Petersen smiled. The only thing easier to lift prints off was glass.

‘He also touched that drawer.’ Arkadian pointed to locker number eight. ‘Let me know as soon as you find anything.’ He left Petersen laying out his brushes and unscrewing a tub of fine aluminium powder.

A uniformed officer was stationed by the door, ensuring no one else came in or out. Reis paced the corridor outside his office. He held up a specimen jar as Arkadian approached.

Arkadian took it without breaking his stride. ‘Where is she?’

‘First-floor staff room,’ Reis called after him.

The statement detailed everything that had happened to her from walking into the morgue to identifying the mystery man on the CCTV footage. Liv was preparing to sign it when Arkadian appeared. She still wondered what Gabriel’s game was and why he was playing it. She hadn’t described him as ‘the man who tried to kidnap me’. The most he had done was to impersonate an officer and offer her a lift into the city. He wasn’t the one who’d stuck a gun in her face. He hadn’t snatched her brother’s body either, although she still wasn’t sure what he’d been doing in the cold-storage room.

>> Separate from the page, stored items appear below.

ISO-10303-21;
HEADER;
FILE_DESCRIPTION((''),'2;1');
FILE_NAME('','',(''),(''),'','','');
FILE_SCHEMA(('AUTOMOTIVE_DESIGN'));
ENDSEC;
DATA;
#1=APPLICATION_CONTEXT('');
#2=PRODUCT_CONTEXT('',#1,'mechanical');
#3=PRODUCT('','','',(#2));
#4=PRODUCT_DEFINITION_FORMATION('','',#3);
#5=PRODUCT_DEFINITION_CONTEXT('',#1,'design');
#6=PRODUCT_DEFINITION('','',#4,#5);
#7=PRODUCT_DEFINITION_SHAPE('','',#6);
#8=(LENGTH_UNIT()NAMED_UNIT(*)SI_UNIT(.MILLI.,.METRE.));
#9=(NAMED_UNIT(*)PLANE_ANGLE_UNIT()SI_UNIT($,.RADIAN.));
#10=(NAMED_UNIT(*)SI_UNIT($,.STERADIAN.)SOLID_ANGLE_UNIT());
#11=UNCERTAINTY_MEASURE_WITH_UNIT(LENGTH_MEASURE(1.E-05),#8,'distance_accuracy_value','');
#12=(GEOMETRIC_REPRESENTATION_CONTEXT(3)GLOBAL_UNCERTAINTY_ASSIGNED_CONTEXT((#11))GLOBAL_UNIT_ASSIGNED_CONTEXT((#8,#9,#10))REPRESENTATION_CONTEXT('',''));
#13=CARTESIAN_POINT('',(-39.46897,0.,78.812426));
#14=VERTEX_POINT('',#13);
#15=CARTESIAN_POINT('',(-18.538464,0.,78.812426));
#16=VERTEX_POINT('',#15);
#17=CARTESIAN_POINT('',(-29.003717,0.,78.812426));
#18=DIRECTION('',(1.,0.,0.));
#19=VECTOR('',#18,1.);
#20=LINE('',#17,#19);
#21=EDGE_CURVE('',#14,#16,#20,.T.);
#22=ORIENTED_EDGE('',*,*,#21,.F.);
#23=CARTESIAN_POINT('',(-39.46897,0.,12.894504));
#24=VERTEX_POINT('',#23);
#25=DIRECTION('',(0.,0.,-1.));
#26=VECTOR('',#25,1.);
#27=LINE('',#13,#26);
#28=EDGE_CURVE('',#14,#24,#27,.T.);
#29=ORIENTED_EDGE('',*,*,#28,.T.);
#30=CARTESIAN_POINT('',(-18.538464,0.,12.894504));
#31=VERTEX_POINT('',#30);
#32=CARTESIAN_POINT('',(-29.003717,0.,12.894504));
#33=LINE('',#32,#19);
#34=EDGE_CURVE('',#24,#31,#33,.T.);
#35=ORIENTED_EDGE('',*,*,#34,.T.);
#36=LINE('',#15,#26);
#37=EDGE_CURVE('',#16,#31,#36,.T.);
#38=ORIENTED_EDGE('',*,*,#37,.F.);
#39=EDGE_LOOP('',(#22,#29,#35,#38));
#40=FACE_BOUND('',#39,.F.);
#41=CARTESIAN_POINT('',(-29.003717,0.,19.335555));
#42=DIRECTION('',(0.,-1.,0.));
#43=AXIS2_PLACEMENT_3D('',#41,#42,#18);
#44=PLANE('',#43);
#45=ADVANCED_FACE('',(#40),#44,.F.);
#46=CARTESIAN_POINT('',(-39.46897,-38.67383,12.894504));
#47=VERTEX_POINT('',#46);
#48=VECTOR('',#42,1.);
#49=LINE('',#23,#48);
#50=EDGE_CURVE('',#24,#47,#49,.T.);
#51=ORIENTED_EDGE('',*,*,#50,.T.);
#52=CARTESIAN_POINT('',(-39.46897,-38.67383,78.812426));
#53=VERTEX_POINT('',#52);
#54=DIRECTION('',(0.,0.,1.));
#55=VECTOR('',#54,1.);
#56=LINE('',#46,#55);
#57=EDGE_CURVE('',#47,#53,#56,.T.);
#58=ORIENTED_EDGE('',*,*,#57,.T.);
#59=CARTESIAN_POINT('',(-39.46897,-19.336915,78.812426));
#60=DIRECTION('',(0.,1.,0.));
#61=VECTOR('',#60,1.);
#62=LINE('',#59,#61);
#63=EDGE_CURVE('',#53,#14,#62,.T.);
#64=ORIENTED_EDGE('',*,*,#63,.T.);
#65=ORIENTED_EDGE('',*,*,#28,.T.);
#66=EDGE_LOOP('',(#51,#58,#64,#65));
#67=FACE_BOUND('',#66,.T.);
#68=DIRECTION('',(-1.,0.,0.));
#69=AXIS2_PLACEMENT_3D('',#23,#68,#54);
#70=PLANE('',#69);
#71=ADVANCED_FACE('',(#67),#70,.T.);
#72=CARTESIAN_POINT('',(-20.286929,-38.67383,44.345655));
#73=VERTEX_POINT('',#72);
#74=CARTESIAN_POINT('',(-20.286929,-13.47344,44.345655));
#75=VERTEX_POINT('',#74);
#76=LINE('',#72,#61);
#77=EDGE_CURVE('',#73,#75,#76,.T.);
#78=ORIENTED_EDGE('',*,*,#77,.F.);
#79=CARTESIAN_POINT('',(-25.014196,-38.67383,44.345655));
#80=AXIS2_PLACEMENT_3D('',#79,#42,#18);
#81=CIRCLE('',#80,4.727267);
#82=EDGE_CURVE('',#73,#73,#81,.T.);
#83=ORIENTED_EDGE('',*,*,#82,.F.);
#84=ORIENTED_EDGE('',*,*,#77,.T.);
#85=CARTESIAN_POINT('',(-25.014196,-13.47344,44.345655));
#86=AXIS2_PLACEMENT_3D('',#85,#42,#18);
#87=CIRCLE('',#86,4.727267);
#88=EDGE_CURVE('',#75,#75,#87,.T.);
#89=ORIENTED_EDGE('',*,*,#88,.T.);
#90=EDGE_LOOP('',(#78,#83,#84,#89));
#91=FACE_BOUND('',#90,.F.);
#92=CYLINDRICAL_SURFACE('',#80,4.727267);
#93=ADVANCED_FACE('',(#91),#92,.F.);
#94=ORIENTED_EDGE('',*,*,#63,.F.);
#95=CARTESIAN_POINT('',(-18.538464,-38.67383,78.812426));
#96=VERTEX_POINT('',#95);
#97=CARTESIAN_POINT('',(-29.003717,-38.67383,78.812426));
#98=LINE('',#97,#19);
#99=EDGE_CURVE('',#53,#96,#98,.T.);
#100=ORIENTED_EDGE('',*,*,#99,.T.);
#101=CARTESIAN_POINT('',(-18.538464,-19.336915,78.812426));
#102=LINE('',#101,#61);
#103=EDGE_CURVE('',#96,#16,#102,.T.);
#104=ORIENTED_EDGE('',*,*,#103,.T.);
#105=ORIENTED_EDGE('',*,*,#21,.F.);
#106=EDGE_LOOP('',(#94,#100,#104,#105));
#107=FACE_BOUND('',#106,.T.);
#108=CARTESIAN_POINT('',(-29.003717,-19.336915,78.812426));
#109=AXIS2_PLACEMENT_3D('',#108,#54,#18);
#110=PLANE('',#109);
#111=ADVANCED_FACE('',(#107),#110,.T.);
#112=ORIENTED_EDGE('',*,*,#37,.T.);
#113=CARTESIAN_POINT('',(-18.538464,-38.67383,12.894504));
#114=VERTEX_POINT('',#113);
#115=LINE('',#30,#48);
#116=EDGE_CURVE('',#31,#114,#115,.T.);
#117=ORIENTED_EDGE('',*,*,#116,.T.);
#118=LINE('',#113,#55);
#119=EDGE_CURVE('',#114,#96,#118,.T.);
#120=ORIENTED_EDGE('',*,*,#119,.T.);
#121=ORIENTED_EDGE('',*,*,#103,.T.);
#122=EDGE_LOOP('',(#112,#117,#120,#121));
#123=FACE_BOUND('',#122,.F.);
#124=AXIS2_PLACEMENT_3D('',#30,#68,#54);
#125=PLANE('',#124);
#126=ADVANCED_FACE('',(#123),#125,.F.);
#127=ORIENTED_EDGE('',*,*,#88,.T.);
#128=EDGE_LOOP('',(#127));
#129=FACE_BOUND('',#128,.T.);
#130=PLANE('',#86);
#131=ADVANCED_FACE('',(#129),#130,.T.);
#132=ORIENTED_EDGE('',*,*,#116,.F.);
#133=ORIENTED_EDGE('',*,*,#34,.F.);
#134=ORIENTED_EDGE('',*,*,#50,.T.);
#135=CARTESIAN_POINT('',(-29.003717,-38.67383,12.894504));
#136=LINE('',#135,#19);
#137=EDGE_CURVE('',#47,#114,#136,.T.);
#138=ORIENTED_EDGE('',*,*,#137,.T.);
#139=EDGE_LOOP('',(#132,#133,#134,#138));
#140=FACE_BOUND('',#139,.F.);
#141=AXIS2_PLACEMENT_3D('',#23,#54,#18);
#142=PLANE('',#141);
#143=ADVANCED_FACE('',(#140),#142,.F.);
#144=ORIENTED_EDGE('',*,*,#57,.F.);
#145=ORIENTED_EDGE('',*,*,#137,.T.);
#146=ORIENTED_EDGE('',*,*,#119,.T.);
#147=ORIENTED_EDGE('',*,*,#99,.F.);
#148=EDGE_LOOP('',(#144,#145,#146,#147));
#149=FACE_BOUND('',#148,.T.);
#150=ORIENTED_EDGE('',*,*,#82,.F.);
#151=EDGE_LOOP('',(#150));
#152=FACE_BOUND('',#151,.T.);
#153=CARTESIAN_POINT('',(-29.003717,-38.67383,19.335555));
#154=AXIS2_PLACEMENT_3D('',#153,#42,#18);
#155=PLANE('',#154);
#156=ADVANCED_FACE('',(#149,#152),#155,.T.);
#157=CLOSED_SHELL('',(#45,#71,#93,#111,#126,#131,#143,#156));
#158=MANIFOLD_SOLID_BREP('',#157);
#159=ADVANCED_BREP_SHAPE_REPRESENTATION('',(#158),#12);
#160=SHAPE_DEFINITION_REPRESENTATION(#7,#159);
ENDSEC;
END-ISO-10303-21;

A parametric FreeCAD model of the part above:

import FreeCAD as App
import Part
import Sketcher

V = App.Vector
Q = App.Units.Quantity


def add_polygon(sketch, points):
    """Adds a closed chain of lines whose ends are joined by coincident constraints."""
    first, n = sketch.GeometryCount, len(points)
    for a, b in zip(points, points[1:] + points[:1]):
        sketch.addGeometry(Part.LineSegment(App.Vector(*a, 0), App.Vector(*b, 0)), False)
    for i in range(n):
        sketch.addConstraint(Sketcher.Constraint("Coincident", first + i, 2, first + (i + 1) % n, 1))

doc = App.newDocument("Part")
body = doc.addObject("PartDesign::Body", "Body")

# Sketch on XZ plane
sketch1 = body.newObject("Sketcher::SketchObject", "Sketch")
sketch1.AttachmentSupport = (doc.getObject("XZ_Plane"), [""])
sketch1.MapMode = "FlatFace"
add_polygon(sketch1, [(-39, 26), (-39, 13), (-19, 13), (-19, 26)])  # lines 0-3
sketch1.addConstraint(Sketcher.Constraint("Vertical", 0))
sketch1.addConstraint(Sketcher.Constraint("Horizontal", 1))
sketch1.addConstraint(Sketcher.Constraint("Vertical", 2))
sketch1.addConstraint(Sketcher.Constraint("Horizontal", 3))
sketch1.addConstraint(Sketcher.Constraint("DistanceX", 1, 1, 1, 2, Q("20.930506 mm")))
sketch1.addConstraint(Sketcher.Constraint("DistanceY", 0, 2, 0, 1, Q("12.882103 mm")))
sketch1.addConstraint(Sketcher.Constraint("DistanceX", 0, 2, -1, 1, Q("39.46897 mm")))
sketch1.addConstraint(Sketcher.Constraint("DistanceY", -1, 1, 0, 2, Q("12.894504 mm")))
pad1 = body.newObject("PartDesign::Pad", "Pad")
pad1.Profile = sketch1
pad1.Length = 38.67383

# Sketch on XY plane
sketch2 = body.newObject("Sketcher::SketchObject", "Sketch001")
sketch2.AttachmentSupport = (doc.getObject("XY_Plane"), [""])
sketch2.MapMode = "FlatFace"
sketch2.AttachmentOffset = App.Placement(V(0, 0, 25.776606), App.Rotation())
add_polygon(sketch2, [(-39, 0), (-39, -39), (-19, -39), (-19, 0)])  # lines 0-3
sketch2.addConstraint(Sketcher.Constraint("Vertical", 0))
sketch2.addConstraint(Sketcher.Constraint("Horizontal", 1))
sketch2.addConstraint(Sketcher.Constraint("Vertical", 2))
sketch2.addConstraint(Sketcher.Constraint("Horizontal", 3))
sketch2.addConstraint(Sketcher.Constraint("PointOnObject", 2, 2, -1))
sketch2.addConstraint(Sketcher.Constraint("DistanceY", 0, 2, 0, 1, Q("38.67383 mm")))
sketch2.addConstraint(Sketcher.Constraint("DistanceX", 1, 1, 1, 2, Q("20.930506 mm")))
sketch2.addConstraint(Sketcher.Constraint("DistanceX", 0, 2, -1, 1, Q("39.46897 mm")))
pad2 = body.newObject("PartDesign::Pad", "Pad001")
pad2.Profile = sketch2
pad2.Length = 53.03582

# Sketch on XZ plane
sketch3 = body.newObject("Sketcher::SketchObject", "Sketch002")
sketch3.AttachmentSupport = (doc.getObject("XZ_Plane"), [""])
sketch3.MapMode = "FlatFace"
sketch3.AttachmentOffset = App.Placement(V(0, 0, 38.67383), App.Rotation())
sketch3.addGeometry(Part.Circle(V(-25, 44.3, 0), V(0, 0, 1), 4.7), False)
sketch3.addConstraint(Sketcher.Constraint("Diameter", 0, Q("9.454534 mm")))
sketch3.addConstraint(Sketcher.Constraint("DistanceX", 0, 3, -1, 1, Q("25.014196 mm")))
sketch3.addConstraint(Sketcher.Constraint("DistanceY", -1, 1, 0, 3, Q("44.345655 mm")))
pocket1 = body.newObject("PartDesign::Pocket", "Pocket")
pocket1.Profile = sketch3
pocket1.Length = 25.20039

doc.recompute()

In the end she’d settled for ‘the man who met me at the airport and claimed he was my police escort’. It wasn’t elegant, but it was accurate. She scribbled the date next to her name.

The uniformed officer checked her signature then scraped his chair back from the narrow table. Arkadian closed the door behind him.

Liv dragged a depressed-looking geranium across the table towards her and started deadheading it, pinching the shrivelled flowers from the choked stems and crumbling them into the pot. ‘Found him yet?’

Arkadian looked down into the street. It would have been the perfect moment for a police van to screech to a halt in front of the building with all three suspects cuffed in the back, but it didn’t happen.

‘Not yet,’ he said. A diesel rainbow was smeared across the wet road where the fire-trucks had parked. ‘We’re working on it.’ He turned back to the crumpled newspaper on the table between them, the front page now a kaleidoscope of letters and crossings out. ‘Had any luck with that?’

‘Haven’t had much time to focus on it, to be honest. Been kind of distracted.’

Arkadian said nothing, hoping the silence would soften her.

‘Do you really believe this is why they took him?’ She examined the scrawled symbols and letters once more.

‘Maybe. As soon as we catch them, we’ll ask. Until then, I’d like to ask you something.’ He laid the package Reis had given him down on the table-top.

Liv’s eyes narrowed. ‘That’s a buccal swabbing kit.’

Arkadian nodded. ‘Given what Reis got back from the lab, it would be very helpful for us to compare your DNA with your brother’s. It would also establish your biological kinship beyond any doubt.’ He slid the kit towards her.